# Kit Issue



## Bassil_Inf (8 Oct 2013)

Good day,

      I was told by my unit to contact the Denision Armory Clothing Store to book an appointment to pickup my kit. I contacted the armory and was told by the clothing store personnel to contact my unit's orderly room to make me an appointment. The individual at the orderly room contacted me and told me to go anytime and pickup my basic kit issue. I did go to the clothing store and showed them my paper signed by the CO and military ID to obtain my kit, but was refused as they claim I am not in the "system". What is this "System" and when will my name be put in it? Thanks for the input.


----------



## my72jeep (8 Oct 2013)

The System is People soft I believe.  its a data base and until your in it supply can't/won't issue you kit.

"The system is HRMIS: Human Resources Management Information System"

OK maybe I out dated my self. it was people soft.


----------



## JorgSlice (8 Oct 2013)

The system is HRMIS: Human Resources Management Information System. 

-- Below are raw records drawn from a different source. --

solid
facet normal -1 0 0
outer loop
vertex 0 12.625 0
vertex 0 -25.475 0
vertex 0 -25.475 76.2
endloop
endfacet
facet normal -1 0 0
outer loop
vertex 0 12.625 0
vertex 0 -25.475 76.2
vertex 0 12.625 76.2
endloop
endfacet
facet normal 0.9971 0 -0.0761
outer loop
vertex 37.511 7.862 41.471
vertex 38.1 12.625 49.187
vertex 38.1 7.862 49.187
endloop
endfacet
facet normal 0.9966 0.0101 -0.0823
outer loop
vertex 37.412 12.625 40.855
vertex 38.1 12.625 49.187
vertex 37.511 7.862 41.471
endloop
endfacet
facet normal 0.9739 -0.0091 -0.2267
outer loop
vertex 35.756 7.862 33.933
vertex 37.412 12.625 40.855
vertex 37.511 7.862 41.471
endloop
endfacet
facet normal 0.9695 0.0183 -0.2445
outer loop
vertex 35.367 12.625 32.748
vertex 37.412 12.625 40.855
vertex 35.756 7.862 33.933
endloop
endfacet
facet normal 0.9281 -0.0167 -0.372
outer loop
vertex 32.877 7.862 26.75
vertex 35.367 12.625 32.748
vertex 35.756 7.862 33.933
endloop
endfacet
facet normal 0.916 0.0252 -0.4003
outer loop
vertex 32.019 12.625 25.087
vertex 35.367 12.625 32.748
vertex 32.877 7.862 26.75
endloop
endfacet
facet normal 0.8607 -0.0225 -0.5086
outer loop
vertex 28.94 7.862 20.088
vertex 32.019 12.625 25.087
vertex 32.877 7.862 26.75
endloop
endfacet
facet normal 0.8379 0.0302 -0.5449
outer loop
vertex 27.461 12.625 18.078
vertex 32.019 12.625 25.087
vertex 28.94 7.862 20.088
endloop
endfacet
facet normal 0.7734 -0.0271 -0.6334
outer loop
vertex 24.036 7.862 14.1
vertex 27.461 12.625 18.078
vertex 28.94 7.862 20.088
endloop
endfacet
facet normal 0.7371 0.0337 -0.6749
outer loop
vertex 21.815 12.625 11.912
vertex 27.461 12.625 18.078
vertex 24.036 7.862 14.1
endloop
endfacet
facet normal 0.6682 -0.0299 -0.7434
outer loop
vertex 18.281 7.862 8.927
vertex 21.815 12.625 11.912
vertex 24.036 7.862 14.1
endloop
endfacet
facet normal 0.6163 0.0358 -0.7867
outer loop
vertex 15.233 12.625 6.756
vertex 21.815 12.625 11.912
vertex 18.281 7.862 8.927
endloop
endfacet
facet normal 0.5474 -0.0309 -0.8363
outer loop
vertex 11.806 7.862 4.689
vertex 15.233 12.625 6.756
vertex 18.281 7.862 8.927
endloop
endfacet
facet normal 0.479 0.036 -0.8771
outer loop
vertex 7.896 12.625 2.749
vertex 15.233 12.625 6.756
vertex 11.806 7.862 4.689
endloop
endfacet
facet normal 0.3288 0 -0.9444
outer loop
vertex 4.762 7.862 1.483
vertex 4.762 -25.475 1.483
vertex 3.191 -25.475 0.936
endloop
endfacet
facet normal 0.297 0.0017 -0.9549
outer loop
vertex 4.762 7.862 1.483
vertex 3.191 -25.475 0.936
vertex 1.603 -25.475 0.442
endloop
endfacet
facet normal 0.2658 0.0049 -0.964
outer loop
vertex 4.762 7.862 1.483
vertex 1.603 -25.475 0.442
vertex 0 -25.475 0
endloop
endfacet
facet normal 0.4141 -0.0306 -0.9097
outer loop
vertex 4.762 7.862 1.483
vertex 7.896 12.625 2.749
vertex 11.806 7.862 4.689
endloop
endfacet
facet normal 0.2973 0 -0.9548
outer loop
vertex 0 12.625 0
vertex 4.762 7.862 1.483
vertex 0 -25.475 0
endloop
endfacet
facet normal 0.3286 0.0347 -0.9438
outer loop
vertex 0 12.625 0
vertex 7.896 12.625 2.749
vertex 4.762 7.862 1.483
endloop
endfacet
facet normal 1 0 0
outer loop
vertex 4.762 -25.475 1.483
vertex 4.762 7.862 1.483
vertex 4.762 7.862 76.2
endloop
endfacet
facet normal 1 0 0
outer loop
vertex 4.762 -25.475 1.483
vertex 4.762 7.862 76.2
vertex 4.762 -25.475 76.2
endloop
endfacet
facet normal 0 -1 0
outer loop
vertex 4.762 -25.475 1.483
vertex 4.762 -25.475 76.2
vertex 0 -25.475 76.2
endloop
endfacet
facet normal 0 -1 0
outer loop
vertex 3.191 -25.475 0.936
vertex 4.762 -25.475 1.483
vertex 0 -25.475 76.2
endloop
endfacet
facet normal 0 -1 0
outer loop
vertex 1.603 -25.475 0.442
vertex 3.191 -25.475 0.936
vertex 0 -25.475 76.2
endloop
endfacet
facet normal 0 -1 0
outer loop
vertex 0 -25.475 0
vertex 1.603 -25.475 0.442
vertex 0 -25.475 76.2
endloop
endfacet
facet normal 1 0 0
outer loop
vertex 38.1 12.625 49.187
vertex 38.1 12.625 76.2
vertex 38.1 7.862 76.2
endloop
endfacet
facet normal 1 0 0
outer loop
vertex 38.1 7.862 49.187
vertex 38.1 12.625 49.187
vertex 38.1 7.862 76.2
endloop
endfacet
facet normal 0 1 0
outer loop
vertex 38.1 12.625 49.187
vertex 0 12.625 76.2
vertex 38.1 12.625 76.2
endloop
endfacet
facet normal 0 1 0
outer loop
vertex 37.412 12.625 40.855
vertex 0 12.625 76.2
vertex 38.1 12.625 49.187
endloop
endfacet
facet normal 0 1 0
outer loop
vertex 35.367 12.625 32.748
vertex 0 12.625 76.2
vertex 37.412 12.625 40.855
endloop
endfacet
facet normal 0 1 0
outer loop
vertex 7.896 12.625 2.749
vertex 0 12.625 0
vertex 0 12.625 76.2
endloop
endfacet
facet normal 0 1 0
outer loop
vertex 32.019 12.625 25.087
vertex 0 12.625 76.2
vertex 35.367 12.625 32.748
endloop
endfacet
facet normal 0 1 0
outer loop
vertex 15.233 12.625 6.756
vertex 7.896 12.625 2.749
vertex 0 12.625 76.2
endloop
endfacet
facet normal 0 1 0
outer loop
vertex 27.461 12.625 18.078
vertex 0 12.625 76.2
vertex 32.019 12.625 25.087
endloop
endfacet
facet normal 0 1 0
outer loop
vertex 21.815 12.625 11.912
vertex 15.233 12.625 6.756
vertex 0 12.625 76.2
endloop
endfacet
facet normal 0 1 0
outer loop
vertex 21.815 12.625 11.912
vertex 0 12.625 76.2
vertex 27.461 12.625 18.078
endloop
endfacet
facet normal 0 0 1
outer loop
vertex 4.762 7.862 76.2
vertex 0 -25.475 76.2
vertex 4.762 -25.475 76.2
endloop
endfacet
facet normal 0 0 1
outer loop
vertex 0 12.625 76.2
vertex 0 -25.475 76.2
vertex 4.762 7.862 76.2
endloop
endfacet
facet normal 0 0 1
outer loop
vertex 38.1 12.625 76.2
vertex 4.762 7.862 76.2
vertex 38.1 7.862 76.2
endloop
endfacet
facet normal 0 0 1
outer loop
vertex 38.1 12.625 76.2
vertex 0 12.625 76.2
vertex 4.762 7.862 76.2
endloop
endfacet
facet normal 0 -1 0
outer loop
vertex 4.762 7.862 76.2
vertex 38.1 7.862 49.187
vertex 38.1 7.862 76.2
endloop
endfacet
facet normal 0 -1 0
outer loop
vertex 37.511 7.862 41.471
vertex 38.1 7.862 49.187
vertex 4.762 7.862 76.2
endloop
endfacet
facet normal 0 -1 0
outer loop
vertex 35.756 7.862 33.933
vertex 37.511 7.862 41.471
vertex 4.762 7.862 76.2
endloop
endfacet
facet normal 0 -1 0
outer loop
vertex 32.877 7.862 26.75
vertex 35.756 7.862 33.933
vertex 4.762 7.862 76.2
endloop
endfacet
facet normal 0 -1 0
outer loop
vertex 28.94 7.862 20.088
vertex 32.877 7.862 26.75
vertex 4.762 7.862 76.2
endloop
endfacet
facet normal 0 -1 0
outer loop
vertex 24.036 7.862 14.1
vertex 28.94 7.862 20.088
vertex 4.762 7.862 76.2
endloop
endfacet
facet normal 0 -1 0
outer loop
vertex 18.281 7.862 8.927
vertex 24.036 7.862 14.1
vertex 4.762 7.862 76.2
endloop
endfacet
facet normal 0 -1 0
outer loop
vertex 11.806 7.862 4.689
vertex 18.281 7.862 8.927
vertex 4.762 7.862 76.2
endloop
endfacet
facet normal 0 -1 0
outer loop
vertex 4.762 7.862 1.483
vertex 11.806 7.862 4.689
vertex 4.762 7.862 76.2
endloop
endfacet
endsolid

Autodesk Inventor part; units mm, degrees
ref_plane "YZ Plane" through (0, 0, 0) normal (1, 0, 0) x (0, 1, 0)
ref_plane "XZ Plane" through (0, 0, 0) normal (0, 1, 0) x (-1, 0, 0)
ref_plane "XY Plane" through (0, 0, 0) normal (0, 0, 1) x (1, 0, 0)
sketch "Sketch1" plane through (0, 0, 0) normal (0, 0, 1) x (1, 0, 0)
  line L0 (0, 12.6249) -> (38.1, 12.6249)
  line L1 (38.1, 12.6249) -> (38.1, 7.8624)
  line L2 (38.1, 7.8624) -> (4.7625, 7.8624)
  line L3 (4.7625, 7.8624) -> (4.7625, -25.4751)
  line L4 (4.7625, -25.4751) -> (0, -25.4751)
  line L5 (0, -25.4751) -> (0, 12.6249)
  point P0 (0, 0)
  point P1 (0, 0)
  dimension "d0" = 38.1
  dimension "d1" = 4.7625
  dimension "d2" = 4.7625
  dimension "d3" = 38.1
extrude "Extrusion1" add sketch "Sketch1" along normal blind 76.2
fillet "Corner Round1" radius 50.8 1 edges at (38.1, 10.2436, 0)
equation "\"BendRadius\" = Thickness"
equation "\"BendReliefWidth\" = Thickness"
equation "\"BendReliefDepth\" = 0.5 * Thickness"
equation "\"CornerReliefSize\" = 4 * Thickness"
equation "\"MinimumRemnant\" = 2 * Thickness"
equation "\"TransitionRadius\" = BendRadius"
equation "\"JacobiRadiusSize\" = BendRadius"
equation "\"GapSize\" = Thickness"
equation "\"Thickness\" = 4.7625"
properties part number "RearWheelMountLeft" material "Steel, Mild"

Until your personel file has been created and your Service Number is active in HRMIS, they can't do anything or give you anything.


----------



## captloadie (8 Oct 2013)

There is a difference between can't and won't. They could very well issue him his initial kit, upon proof he is getting an intial kitting (like a letter from his CO). They are choosing not to because it is more work on the part of the supply techs who would need to not only look for a paper copy of a kit list, but then go back after he was in the system and input the issues after the fact. Oh, and it might throw there always 100% accuracy count off.


----------